Curated by Clara McSweeney, The Rain Tells Us Everything investigates the encroaching transformations shaping contemporary landscapes under the pressures of the climate crisis. Through trespassing, tracking, and collective singing, the participating artists examine these shifts across sound, film, fabric, and drawing, each bringing a distinct material and conceptual approach to environmental change.
Working from an ecological and systems-based perspective, Catherine McDonald creates immersive installations that merge sculpture, film, sound, and light to probe the relationship between Earth’s material realities and human imagination. Her ongoing research into salt as a marker of environmental disruption—tracing shifting salinity from the Arctic to global marine ecosystems—foregrounds the subtle but profound indicators of planetary change.
Katie Nolan, an artist whose practice spans textiles, video, sound, and socially engaged processes, explores humanity’s entangled relationship with the natural world. Her work often emerges through collaborative making, eco-dyeing, and deep mapping, using foraged materials and community participation to reveal how ecological knowledge is held in bodies, landscapes, and craft traditions. Her projects highlight the fragility of our sensory connection to place and the cultural legacies embedded in local environments.

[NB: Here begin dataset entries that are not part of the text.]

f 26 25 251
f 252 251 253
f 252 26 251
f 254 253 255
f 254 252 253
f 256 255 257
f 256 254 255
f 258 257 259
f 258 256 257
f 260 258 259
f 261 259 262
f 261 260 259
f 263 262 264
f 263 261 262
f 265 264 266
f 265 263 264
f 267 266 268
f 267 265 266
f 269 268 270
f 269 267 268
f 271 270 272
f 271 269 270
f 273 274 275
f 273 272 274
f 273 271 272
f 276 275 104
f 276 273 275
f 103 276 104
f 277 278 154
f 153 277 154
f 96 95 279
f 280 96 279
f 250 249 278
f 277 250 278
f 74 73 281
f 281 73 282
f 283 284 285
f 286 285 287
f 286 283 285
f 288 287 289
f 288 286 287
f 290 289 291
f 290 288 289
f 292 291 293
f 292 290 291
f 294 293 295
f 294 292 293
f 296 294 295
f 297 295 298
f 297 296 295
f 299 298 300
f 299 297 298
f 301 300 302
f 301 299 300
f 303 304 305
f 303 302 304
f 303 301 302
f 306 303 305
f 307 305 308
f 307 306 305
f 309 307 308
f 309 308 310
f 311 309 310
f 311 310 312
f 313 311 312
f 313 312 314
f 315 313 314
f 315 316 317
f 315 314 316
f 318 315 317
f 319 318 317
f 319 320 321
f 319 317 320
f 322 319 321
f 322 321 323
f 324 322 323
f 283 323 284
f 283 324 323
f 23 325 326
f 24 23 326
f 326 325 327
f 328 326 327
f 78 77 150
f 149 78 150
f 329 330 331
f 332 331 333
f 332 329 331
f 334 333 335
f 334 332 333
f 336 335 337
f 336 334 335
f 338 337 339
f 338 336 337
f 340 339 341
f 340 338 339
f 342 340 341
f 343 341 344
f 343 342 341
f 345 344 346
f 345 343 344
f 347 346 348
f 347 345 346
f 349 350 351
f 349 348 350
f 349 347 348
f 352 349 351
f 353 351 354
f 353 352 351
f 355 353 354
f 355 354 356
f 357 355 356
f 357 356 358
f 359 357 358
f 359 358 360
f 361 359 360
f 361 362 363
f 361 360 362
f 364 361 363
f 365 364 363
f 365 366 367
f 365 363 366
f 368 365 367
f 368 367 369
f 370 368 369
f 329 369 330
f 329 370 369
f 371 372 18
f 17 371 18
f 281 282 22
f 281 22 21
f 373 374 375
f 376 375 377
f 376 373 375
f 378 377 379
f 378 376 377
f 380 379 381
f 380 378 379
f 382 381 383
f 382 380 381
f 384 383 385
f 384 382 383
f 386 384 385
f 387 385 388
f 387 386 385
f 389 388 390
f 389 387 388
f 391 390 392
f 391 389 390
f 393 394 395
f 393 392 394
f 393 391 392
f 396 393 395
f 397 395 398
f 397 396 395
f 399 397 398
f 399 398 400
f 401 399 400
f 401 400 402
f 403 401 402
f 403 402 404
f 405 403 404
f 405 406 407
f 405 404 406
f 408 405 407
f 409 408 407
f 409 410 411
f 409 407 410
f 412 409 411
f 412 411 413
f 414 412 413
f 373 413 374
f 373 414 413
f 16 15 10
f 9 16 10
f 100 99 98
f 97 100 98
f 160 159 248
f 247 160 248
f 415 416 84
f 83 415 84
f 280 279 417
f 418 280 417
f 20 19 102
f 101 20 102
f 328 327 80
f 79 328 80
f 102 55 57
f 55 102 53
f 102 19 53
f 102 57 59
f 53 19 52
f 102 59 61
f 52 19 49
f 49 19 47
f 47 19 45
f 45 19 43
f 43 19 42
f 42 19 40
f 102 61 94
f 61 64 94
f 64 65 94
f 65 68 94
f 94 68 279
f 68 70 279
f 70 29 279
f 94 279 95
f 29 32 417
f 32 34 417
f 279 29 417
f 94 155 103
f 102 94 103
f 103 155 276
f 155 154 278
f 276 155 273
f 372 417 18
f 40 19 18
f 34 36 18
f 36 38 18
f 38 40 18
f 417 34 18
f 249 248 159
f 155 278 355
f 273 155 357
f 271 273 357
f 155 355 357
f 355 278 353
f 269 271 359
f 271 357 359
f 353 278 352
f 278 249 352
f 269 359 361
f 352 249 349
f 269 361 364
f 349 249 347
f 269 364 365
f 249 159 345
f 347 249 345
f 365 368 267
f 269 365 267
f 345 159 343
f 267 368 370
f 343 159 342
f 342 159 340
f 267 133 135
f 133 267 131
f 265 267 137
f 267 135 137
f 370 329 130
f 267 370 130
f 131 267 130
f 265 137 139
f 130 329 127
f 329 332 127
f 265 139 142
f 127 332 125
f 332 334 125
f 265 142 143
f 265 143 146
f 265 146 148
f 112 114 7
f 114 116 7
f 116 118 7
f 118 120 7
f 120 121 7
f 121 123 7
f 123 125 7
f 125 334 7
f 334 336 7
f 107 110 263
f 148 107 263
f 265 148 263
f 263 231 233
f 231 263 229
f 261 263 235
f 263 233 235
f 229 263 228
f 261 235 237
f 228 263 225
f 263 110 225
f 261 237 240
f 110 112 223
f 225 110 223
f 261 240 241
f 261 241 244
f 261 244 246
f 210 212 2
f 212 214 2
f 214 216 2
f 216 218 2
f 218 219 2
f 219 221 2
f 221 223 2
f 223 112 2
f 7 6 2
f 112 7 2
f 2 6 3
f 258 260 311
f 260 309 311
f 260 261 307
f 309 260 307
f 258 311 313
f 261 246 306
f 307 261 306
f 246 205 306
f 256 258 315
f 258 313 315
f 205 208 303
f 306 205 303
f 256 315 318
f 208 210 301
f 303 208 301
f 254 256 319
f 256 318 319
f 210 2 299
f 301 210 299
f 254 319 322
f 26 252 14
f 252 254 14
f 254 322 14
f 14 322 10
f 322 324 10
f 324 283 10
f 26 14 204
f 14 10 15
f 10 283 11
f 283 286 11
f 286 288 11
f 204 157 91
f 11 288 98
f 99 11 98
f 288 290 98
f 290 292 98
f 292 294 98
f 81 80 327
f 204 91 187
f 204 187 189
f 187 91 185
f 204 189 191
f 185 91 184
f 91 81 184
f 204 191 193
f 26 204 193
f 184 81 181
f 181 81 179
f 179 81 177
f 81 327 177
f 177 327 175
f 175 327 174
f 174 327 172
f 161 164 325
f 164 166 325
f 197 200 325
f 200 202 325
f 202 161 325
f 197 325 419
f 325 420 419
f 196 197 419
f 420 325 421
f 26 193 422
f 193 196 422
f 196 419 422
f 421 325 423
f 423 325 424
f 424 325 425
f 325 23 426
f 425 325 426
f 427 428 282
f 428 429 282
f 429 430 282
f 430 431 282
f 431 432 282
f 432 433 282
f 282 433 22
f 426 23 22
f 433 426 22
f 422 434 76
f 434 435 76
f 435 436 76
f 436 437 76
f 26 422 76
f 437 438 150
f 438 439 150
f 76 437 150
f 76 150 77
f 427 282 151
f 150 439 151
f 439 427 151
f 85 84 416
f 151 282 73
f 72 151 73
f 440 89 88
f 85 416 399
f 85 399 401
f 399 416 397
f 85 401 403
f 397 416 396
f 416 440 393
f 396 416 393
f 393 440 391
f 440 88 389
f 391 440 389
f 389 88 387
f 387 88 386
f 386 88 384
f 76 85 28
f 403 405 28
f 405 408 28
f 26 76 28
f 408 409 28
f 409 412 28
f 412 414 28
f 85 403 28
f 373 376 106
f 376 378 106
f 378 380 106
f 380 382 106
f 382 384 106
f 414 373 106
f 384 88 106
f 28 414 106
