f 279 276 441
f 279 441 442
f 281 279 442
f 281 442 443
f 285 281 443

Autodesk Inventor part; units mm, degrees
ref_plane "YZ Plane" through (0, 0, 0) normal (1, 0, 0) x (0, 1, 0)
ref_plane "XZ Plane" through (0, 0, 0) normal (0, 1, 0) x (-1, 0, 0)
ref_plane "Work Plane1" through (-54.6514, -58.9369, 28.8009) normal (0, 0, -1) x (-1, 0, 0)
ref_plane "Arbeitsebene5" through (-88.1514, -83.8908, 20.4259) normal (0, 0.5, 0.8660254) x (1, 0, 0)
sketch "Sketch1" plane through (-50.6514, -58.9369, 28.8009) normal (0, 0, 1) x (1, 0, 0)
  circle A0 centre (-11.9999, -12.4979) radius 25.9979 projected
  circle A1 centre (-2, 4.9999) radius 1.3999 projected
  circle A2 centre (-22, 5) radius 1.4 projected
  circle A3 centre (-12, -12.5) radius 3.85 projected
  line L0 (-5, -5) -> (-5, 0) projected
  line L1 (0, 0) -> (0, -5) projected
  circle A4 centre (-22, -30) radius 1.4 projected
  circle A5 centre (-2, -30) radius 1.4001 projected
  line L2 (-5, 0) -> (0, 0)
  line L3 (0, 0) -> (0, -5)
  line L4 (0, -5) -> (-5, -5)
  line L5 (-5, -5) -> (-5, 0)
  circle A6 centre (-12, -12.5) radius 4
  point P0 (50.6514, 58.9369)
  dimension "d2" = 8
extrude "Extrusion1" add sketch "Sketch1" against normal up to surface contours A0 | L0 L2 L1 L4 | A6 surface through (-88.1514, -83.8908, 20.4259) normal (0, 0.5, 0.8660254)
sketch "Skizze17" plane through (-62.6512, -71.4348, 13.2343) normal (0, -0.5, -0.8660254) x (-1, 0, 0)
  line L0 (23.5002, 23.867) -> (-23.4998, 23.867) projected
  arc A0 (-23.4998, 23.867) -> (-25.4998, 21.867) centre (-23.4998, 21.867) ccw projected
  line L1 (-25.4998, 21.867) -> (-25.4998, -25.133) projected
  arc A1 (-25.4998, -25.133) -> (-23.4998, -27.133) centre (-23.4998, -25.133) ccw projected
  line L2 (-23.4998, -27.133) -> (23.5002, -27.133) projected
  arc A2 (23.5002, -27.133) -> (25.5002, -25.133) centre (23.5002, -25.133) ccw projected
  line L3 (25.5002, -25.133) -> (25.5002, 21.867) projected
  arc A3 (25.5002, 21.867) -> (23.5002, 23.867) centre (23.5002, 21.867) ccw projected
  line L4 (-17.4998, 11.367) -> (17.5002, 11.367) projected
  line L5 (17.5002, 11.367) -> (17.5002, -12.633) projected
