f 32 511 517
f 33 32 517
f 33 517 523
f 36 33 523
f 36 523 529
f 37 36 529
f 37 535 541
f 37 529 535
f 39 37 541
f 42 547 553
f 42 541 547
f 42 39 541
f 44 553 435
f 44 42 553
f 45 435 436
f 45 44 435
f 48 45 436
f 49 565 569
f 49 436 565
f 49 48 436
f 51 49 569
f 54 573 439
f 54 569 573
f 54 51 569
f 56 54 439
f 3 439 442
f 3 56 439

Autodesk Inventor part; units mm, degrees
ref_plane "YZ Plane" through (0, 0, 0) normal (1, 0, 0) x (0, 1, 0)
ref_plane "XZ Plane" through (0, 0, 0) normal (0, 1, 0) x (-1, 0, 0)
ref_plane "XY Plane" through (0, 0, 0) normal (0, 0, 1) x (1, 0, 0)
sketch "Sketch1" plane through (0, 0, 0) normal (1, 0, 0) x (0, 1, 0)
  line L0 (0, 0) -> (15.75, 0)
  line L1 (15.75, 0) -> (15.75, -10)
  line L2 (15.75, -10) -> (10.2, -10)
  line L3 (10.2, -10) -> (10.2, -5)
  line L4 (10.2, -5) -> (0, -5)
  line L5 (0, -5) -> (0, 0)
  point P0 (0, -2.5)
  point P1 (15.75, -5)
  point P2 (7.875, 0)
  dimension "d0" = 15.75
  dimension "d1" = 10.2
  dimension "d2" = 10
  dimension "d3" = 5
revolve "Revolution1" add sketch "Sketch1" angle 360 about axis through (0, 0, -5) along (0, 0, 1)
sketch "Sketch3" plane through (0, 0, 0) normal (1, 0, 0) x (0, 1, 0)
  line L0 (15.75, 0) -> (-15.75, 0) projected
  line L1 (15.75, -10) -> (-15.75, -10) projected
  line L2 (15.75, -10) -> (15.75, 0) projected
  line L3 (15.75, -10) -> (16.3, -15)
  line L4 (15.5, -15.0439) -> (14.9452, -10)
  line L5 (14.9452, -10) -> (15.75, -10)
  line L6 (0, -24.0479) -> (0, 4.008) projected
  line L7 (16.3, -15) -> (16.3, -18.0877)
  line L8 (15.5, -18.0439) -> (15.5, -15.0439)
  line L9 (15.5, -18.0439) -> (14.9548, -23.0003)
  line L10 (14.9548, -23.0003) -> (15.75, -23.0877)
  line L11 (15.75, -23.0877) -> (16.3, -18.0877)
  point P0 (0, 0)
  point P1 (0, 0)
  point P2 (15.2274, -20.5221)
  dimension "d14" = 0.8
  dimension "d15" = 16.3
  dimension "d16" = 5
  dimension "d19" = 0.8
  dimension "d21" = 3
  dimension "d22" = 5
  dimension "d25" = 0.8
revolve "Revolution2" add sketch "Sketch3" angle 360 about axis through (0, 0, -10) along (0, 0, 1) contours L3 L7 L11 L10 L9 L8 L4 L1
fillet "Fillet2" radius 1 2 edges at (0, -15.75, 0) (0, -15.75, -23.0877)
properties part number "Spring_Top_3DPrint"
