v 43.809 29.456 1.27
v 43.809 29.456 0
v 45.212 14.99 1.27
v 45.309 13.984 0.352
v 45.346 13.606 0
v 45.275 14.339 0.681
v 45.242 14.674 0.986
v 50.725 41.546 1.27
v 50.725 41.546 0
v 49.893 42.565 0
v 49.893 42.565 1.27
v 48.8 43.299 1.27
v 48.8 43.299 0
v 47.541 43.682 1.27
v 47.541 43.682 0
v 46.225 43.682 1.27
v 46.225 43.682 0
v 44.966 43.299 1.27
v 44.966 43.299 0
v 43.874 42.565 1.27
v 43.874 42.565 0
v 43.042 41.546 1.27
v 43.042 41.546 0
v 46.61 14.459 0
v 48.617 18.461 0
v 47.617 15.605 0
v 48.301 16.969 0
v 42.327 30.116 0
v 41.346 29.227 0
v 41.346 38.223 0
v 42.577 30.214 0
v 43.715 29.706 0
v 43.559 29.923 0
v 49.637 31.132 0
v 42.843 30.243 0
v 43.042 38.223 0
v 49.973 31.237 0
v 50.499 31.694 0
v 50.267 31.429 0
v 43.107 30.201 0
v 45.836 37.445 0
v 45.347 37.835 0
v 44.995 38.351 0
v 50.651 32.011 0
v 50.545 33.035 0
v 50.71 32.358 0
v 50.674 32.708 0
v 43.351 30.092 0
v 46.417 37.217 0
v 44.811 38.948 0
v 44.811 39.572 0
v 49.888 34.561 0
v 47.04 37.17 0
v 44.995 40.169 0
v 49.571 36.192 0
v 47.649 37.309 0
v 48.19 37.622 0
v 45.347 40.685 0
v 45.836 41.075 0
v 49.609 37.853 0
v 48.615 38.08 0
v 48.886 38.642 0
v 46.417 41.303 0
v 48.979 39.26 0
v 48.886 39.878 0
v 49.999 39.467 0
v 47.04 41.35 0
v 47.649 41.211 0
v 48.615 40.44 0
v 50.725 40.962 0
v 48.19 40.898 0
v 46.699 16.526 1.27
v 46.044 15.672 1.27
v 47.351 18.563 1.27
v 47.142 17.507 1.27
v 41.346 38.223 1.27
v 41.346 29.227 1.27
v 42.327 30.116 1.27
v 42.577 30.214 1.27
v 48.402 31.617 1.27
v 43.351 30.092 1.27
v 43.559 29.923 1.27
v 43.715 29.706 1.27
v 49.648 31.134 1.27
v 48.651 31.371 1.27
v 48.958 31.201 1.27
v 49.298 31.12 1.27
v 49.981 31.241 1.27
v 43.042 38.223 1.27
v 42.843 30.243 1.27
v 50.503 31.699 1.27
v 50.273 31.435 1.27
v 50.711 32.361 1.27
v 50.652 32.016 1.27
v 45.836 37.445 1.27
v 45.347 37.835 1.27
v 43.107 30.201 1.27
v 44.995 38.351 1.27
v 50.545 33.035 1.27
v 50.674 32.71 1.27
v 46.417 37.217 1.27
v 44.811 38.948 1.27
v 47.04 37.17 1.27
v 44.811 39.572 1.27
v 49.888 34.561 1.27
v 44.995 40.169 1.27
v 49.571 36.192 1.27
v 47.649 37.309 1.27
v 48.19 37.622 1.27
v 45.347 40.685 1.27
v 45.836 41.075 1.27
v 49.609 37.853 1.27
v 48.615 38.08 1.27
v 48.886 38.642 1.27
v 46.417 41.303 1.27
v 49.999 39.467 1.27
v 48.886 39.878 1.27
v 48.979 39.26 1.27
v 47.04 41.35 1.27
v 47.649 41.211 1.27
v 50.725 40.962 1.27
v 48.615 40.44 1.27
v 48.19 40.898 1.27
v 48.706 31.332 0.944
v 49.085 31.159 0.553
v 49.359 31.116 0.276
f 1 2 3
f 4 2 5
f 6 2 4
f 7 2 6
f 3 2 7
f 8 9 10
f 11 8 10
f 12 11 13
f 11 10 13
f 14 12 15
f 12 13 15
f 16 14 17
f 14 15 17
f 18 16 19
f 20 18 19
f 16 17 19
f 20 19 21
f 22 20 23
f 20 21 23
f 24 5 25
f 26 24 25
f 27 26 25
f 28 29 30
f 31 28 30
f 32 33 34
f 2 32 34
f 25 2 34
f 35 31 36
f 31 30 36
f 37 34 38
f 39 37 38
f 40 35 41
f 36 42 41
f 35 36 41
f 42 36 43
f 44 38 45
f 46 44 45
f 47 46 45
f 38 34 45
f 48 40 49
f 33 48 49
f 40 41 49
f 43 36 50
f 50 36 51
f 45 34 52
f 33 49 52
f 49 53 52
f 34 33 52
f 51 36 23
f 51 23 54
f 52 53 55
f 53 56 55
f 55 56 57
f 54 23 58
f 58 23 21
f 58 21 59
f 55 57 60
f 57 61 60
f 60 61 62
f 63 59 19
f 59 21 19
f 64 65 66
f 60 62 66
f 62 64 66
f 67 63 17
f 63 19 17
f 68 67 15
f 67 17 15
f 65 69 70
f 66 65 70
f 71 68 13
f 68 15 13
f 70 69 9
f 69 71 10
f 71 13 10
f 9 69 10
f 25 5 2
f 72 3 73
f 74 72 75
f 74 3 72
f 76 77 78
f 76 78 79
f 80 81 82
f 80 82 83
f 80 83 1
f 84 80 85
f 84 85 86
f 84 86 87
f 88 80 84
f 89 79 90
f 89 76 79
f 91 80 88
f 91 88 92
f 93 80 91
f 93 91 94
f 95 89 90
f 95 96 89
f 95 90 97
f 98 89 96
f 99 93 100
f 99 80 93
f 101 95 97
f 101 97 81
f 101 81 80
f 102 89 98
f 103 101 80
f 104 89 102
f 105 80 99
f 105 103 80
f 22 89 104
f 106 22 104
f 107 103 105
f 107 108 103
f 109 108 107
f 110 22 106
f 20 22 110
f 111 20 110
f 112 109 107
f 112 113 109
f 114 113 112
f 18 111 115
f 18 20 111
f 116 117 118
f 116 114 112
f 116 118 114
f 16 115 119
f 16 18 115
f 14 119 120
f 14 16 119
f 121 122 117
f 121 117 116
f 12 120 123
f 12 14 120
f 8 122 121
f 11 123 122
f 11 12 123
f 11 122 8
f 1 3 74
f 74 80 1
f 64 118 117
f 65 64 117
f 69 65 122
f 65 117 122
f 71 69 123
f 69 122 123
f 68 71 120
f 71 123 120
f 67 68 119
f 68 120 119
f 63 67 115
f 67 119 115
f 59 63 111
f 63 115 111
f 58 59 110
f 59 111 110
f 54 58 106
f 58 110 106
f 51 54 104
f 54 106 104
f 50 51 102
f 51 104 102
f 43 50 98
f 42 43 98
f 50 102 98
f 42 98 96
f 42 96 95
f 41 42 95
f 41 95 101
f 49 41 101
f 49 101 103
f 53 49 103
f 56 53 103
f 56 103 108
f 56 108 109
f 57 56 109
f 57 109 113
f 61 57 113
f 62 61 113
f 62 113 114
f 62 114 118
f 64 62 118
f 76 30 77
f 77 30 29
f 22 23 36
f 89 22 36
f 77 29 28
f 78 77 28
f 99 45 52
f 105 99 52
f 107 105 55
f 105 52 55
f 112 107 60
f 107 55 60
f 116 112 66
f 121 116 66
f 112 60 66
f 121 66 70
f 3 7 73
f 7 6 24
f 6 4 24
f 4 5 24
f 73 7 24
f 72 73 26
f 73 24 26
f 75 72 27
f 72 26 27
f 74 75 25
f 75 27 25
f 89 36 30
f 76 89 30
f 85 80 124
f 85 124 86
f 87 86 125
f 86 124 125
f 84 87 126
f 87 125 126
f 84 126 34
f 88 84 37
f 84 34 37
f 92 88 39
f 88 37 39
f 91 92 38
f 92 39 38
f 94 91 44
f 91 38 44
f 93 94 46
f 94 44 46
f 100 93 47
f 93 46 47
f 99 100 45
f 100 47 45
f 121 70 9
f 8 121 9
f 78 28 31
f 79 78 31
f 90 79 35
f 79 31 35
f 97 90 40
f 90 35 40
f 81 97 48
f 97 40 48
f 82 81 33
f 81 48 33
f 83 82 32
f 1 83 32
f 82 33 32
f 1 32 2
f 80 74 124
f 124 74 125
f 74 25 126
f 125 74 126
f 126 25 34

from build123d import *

# Parameters (mm, degrees)
BOSS_EXTRUDE1_DEPTH = 1.27
SKETCH2_R           = 2.0955
CUT_EXTRUDE1_DEPTH  = 67.984946971
CHAMFER1_SIZE       = 1.27


with BuildPart() as part:
    # Sketch1 → Boss-Extrude1 (new body)
    with BuildSketch(Plane.XY):
        with BuildLine():
            Line((41.346078307, 38.223115267), (41.346078307, 29.226984353))
            Line((41.346078307, 29.226984353), (42.327409422, 30.115984353))
            ThreePointArc((42.327409422, 30.115984353), (43.232863688, 30.154994662), (43.809226811, 29.455584353))
            Line((43.809226811, 29.455584353), (45.345946242, 13.605984353))
            ThreePointArc((45.345946242, 13.605984353), (47.617277769, 15.604942198), (48.616615569, 18.460831434))
            Line((48.616615569, 18.460831434), (49.637067337, 31.131984353))
            ThreePointArc((49.637067337, 31.131984353), (50.585693925, 31.847551598), (50.544785665, 33.035093345))
            ThreePointArc((50.544785665, 33.035093345), (49.545142222, 37.023211652), (50.724981076, 40.961784353))
            Line((50.724981076, 40.961784353), (50.724981076, 41.545984353))
            ThreePointArc((50.724981076, 41.545984353), (46.883278307, 43.730384353), (43.041575539, 41.545984353))
            Line((43.041575539, 41.545984353), (43.041575539, 38.223115267))
            Line((43.041575539, 38.223115267), (41.346078307, 38.223115267))
        make_face()
    extrude(amount=BOSS_EXTRUDE1_DEPTH)

    # Sketch2 → Cut-Extrude1 (cut, through all)
    with BuildSketch(Plane.XY.offset(1.27)):
        with Locations((46.883278307, 39.259984353)):
            Circle(SKETCH2_R)
    extrude(amount=-CUT_EXTRUDE1_DEPTH, mode=Mode.SUBTRACT)

    # Chamfer1
    chamfer1_edges = [part.edges().sort_by_distance(p)[0] for p in [
        (47.617277769, 15.604942198, 1.27),
        (49.126841453, 24.796407893, 1.27),
    ]]
    chamfer(chamfer1_edges, length=CHAMFER1_SIZE - 0.0001)  # a hair under: the kernel refuses the full size


solid = part.part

Niamh Schmidtke works across sound, ceramics, writing, and installation to examine the politics of “being green,” interrogating the financial, colonial, and linguistic structures that shape environmental discourse. Their practice cultivates speculative conversations with the environment—listening to deep time, the sea, and mineral worlds—to critique greenwashing and explore intimacy as a decolonial method for imagining ecological futures.
Whether addressing the expansion of Ireland’s data storage industry onto former fruit farms, wild lands, and forestry; tracing the movement of salt as a catalyst for disruption in freshwater systems from the Arctic to the Philippines; or collectively protesting bauxite waste entering the Shannon Estuary through active song, the artists respond to the unfolding conditions of the Anthropocene with attentiveness, resistance, and care.
The exhibition is curated by Clara McSweeney, an emerging curator and visual artist whose practice focuses on socially engaged projects, overlooked urban and rural spaces, and feminist and ecological concerns. The exhibition is supported by the Regional Cultural Centre and the Arts Council of Ireland.